PROBLEM TO SOLVE »
Can you restate the lines of the entries below, word for word, from the first one through the line that includes "e15 v15 v16 LINE"?

[Saved data entries]
########################################

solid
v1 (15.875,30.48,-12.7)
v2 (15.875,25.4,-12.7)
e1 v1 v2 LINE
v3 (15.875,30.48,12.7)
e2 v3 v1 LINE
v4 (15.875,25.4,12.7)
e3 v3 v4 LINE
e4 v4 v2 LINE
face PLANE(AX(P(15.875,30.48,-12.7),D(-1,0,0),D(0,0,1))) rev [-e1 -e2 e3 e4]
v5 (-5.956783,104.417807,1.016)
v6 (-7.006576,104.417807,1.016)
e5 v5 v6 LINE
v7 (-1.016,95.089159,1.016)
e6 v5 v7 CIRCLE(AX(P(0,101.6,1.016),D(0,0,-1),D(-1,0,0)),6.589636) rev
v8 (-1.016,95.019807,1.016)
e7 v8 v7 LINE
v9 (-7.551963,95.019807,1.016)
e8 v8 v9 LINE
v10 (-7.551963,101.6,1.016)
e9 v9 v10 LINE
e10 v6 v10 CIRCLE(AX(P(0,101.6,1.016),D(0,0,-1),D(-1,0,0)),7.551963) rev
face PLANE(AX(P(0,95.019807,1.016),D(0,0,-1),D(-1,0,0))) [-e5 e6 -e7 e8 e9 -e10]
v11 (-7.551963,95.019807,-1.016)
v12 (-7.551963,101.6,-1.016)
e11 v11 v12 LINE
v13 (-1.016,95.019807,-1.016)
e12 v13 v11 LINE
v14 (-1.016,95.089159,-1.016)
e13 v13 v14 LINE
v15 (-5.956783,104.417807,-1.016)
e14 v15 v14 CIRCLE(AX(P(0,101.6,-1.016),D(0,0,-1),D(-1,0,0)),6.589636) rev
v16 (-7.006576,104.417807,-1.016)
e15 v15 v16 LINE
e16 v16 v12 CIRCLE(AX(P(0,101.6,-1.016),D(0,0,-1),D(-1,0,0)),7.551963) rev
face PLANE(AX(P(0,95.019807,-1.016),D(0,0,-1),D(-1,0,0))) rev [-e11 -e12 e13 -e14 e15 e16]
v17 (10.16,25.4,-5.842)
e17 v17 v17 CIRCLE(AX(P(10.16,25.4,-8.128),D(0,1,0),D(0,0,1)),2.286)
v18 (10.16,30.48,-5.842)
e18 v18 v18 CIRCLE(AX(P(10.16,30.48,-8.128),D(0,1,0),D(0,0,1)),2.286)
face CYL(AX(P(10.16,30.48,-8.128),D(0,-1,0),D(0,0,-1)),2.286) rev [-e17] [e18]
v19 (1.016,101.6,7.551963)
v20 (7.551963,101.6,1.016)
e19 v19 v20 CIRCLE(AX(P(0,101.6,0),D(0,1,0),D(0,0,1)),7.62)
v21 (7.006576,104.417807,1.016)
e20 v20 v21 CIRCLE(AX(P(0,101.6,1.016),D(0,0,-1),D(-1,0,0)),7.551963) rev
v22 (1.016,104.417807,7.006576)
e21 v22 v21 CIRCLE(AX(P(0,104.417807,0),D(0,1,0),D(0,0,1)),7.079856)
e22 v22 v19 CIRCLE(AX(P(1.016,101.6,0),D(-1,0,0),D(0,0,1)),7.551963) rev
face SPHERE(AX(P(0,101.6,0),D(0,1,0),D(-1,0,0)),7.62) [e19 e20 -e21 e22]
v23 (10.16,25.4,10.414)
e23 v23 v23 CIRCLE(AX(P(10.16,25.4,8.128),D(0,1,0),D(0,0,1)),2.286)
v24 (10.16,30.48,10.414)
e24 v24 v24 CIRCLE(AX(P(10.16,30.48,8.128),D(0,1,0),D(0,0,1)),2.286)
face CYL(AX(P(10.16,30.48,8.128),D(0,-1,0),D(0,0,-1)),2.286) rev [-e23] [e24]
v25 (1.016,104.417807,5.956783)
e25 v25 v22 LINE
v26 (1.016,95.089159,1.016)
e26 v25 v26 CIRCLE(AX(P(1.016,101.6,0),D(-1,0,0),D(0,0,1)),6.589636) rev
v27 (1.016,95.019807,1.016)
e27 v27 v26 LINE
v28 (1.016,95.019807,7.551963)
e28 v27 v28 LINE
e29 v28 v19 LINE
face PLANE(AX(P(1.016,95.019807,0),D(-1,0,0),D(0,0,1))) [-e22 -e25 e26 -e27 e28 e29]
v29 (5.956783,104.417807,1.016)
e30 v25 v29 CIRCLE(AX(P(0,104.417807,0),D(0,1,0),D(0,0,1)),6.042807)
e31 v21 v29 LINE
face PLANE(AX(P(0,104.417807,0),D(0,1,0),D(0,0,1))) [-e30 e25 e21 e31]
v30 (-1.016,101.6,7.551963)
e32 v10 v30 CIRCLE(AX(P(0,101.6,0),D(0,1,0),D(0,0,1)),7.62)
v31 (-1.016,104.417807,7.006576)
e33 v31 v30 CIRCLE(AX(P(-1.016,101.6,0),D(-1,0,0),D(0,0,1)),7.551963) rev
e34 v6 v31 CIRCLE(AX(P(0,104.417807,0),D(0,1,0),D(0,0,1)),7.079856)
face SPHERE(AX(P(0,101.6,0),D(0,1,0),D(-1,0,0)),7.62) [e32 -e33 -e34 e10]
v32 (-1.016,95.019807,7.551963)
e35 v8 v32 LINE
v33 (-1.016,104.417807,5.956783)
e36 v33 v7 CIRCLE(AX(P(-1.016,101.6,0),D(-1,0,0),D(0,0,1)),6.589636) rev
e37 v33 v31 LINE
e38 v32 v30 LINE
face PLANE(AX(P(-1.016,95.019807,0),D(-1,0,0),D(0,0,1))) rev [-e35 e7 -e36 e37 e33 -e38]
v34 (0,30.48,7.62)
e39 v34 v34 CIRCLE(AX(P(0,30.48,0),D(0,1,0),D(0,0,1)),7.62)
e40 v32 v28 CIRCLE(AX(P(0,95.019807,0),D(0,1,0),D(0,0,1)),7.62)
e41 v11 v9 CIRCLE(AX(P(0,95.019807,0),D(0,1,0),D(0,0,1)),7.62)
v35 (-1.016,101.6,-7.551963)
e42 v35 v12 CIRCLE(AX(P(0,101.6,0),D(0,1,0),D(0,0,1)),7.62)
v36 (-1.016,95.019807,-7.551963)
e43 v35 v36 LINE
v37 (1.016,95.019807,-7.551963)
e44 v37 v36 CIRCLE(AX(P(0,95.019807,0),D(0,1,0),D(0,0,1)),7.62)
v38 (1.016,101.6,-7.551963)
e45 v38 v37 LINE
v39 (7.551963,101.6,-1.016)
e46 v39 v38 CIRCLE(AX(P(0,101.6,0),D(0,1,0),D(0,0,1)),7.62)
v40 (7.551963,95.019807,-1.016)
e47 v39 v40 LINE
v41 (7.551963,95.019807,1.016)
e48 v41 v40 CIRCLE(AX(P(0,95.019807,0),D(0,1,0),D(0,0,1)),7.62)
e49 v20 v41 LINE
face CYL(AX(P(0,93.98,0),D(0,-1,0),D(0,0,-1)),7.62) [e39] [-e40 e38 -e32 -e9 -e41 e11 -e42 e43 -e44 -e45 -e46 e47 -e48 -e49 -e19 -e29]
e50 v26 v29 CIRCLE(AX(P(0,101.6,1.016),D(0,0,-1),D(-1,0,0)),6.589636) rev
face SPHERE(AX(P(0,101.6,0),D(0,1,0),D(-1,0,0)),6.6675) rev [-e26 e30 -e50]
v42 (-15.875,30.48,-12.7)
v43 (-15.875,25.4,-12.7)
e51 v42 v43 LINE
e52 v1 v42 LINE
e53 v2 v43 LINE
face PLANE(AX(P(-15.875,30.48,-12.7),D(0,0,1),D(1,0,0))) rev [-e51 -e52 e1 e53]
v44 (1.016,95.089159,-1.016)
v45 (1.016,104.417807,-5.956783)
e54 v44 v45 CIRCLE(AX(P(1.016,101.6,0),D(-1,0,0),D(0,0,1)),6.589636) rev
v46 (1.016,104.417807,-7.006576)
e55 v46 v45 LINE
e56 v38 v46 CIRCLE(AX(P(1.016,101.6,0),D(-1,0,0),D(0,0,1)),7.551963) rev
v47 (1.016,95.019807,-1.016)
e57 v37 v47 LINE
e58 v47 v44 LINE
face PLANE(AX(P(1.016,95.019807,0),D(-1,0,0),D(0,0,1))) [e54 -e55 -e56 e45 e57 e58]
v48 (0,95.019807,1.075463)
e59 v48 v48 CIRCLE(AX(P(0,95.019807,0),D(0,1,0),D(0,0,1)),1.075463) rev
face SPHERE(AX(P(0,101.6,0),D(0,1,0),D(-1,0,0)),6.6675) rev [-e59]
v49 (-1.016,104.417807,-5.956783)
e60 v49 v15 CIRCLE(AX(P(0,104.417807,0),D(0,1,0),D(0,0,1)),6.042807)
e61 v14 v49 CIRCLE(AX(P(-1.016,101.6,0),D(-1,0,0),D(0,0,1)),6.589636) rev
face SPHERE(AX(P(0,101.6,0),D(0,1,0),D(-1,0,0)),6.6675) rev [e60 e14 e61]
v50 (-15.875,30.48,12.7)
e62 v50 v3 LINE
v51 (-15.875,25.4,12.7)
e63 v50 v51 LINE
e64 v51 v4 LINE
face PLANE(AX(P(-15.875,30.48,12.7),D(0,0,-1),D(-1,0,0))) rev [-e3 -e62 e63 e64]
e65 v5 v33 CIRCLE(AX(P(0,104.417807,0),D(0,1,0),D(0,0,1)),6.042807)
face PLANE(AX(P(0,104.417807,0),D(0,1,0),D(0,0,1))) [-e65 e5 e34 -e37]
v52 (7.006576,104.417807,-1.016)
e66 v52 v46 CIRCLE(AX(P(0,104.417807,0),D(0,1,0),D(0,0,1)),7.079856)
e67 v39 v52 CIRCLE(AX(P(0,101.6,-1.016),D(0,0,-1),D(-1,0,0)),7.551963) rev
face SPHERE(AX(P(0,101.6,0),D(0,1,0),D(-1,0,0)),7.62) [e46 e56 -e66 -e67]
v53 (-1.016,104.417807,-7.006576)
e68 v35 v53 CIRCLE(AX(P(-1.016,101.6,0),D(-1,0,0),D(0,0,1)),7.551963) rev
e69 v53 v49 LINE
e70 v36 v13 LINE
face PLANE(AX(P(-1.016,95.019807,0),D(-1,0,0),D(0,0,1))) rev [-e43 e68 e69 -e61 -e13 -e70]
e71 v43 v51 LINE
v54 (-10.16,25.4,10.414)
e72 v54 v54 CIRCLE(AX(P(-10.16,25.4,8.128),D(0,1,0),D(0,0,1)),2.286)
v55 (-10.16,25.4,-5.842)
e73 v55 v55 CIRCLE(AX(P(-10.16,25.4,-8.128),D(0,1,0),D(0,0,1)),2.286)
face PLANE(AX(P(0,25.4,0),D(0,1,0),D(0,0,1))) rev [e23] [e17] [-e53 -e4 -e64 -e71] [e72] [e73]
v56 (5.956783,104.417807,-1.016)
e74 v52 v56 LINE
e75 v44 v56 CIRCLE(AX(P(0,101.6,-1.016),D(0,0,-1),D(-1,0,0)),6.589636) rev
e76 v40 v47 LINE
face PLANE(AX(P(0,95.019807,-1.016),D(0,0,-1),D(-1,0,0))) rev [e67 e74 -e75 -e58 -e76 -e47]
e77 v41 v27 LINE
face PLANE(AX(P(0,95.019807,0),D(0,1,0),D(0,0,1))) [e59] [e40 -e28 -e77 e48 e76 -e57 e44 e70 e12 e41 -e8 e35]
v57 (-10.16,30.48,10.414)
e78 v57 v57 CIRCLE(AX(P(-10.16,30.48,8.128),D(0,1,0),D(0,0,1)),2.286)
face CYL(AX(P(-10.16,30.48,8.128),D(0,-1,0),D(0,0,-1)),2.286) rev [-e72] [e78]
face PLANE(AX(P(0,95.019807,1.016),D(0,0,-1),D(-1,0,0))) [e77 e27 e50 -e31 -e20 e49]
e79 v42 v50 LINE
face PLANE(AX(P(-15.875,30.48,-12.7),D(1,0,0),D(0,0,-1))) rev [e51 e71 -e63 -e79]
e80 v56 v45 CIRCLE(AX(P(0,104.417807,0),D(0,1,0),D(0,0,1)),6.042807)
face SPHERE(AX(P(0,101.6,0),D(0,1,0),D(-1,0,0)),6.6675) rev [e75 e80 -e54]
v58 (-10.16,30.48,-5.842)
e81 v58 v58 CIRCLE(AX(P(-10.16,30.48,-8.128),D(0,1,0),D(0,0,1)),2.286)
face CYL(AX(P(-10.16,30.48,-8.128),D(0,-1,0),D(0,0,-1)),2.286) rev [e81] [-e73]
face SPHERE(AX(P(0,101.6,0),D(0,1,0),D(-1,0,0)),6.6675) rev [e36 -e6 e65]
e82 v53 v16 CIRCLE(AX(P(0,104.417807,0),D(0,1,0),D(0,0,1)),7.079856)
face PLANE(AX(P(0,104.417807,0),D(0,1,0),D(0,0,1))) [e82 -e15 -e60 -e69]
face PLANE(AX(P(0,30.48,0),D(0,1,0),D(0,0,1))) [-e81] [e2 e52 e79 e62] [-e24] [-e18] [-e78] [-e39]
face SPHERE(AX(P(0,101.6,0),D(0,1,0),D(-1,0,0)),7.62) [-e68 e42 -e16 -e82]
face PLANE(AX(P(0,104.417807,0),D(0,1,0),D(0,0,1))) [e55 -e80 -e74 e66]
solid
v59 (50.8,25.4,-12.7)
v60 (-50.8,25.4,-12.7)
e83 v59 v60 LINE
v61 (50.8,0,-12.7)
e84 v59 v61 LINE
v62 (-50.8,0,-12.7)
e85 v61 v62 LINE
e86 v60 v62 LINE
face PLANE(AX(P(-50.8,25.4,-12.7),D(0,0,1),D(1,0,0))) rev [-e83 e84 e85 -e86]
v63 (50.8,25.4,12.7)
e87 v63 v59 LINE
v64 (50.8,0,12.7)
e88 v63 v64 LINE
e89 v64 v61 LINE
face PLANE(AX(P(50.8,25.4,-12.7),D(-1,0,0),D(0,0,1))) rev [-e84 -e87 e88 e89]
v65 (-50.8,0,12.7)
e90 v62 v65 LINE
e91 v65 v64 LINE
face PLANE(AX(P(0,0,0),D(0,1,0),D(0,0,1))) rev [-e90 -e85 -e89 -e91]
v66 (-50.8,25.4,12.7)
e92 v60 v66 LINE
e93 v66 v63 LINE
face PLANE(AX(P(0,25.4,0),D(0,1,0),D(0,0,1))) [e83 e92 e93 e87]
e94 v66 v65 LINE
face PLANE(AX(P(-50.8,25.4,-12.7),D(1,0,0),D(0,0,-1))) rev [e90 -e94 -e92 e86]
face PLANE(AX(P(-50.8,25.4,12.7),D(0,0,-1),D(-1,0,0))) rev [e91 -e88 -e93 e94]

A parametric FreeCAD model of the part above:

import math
import FreeCAD as App
import Part
import Sketcher

V = App.Vector
Q = App.Units.Quantity


def add_polygon(sketch, points):
    """Adds a closed chain of lines whose ends are joined by coincident constraints."""
    first, n = sketch.GeometryCount, len(points)
    for a, b in zip(points, points[1:] + points[:1]):
        sketch.addGeometry(Part.LineSegment(App.Vector(*a, 0), App.Vector(*b, 0)), False)
    for i in range(n):
        sketch.addConstraint(Sketcher.Constraint("Coincident", first + i, 2, first + (i + 1) % n, 1))

doc = App.newDocument("Part")
body = doc.addObject("PartDesign::Body", "Body")

# Sketch on XZ plane
sketch1 = body.newObject("Sketcher::SketchObject", "Sketch")
sketch1.AttachmentSupport = (doc.getObject("XZ_Plane"), [""])
sketch1.MapMode = "FlatFace"
add_polygon(sketch1, [(-50.8, -12.7), (-50.8, 12.7), (50.8, 12.7), (50.8, -12.7)])  # lines 0-3
sketch1.addConstraint(Sketcher.Constraint("Vertical", 0))
sketch1.addConstraint(Sketcher.Constraint("Horizontal", 1))
sketch1.addConstraint(Sketcher.Constraint("Vertical", 2))
sketch1.addConstraint(Sketcher.Constraint("Horizontal", 3))
sketch1.addConstraint(Sketcher.Constraint("Symmetric", 0, 2, 2, 2, -1, 1))
sketch1.addConstraint(Sketcher.Constraint("DistanceX", 1, 1, 1, 2, Q("4 in")))
sketch1.addConstraint(Sketcher.Constraint("DistanceY", 0, 1, 0, 2, Q("1 in")))
pad1 = body.newObject("PartDesign::Pad", "Pad")
pad1.Profile = sketch1
pad1.Length = Q("1 in")
pad1.Reversed = True
body2 = doc.addObject("PartDesign::Body", "Body001")

# Sketch on XZ plane
sketch2 = body2.newObject("Sketcher::SketchObject", "Sketch001")
sketch2.AttachmentSupport = (doc.getObject("XZ_Plane001"), [""])
sketch2.MapMode = "FlatFace"
sketch2.AttachmentOffset = App.Placement(V(0, 0, -1 * 25.4), App.Rotation())
add_polygon(sketch2, [(-15.875, -12.7), (-15.875, 12.7), (15.875, 12.7), (15.875, -12.7)])  # lines 0-3
sketch2.addGeometry(Part.Circle(V(-10.16, 8.128, 0), V(0, 0, 1), 2.286), False)  # 4
sketch2.addGeometry(Part.Circle(V(10.16, 8.128, 0), V(0, 0, 1), 2.286), False)  # 5
sketch2.addGeometry(Part.Circle(V(-10.16, -8.128, 0), V(0, 0, 1), 2.286), False)  # 6
sketch2.addGeometry(Part.Circle(V(10.16, -8.128, 0), V(0, 0, 1), 2.286), False)  # 7
sketch2.addConstraint(Sketcher.Constraint("Vertical", 0))
sketch2.addConstraint(Sketcher.Constraint("Horizontal", 1))
sketch2.addConstraint(Sketcher.Constraint("Vertical", 2))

########################################

RESULT BELOW »
solid
v1 (15.875,30.48,-12.7)
v2 (15.875,25.4,-12.7)
e1 v1 v2 LINE
v3 (15.875,30.48,12.7)
e2 v3 v1 LINE
v4 (15.875,25.4,12.7)
e3 v3 v4 LINE
e4 v4 v2 LINE
face PLANE(AX(P(15.875,30.48,-12.7),D(-1,0,0),D(0,0,1))) rev [-e1 -e2 e3 e4]
v5 (-5.956783,104.417807,1.016)
v6 (-7.006576,104.417807,1.016)
e5 v5 v6 LINE
v7 (-1.016,95.089159,1.016)
e6 v5 v7 CIRCLE(AX(P(0,101.6,1.016),D(0,0,-1),D(-1,0,0)),6.589636) rev
v8 (-1.016,95.019807,1.016)
e7 v8 v7 LINE
v9 (-7.551963,95.019807,1.016)
e8 v8 v9 LINE
v10 (-7.551963,101.6,1.016)
e9 v9 v10 LINE
e10 v6 v10 CIRCLE(AX(P(0,101.6,1.016),D(0,0,-1),D(-1,0,0)),7.551963) rev
face PLANE(AX(P(0,95.019807,1.016),D(0,0,-1),D(-1,0,0))) [-e5 e6 -e7 e8 e9 -e10]
v11 (-7.551963,95.019807,-1.016)
v12 (-7.551963,101.6,-1.016)
e11 v11 v12 LINE
v13 (-1.016,95.019807,-1.016)
e12 v13 v11 LINE
v14 (-1.016,95.089159,-1.016)
e13 v13 v14 LINE
v15 (-5.956783,104.417807,-1.016)
e14 v15 v14 CIRCLE(AX(P(0,101.6,-1.016),D(0,0,-1),D(-1,0,0)),6.589636) rev
v16 (-7.006576,104.417807,-1.016)
e15 v15 v16 LINE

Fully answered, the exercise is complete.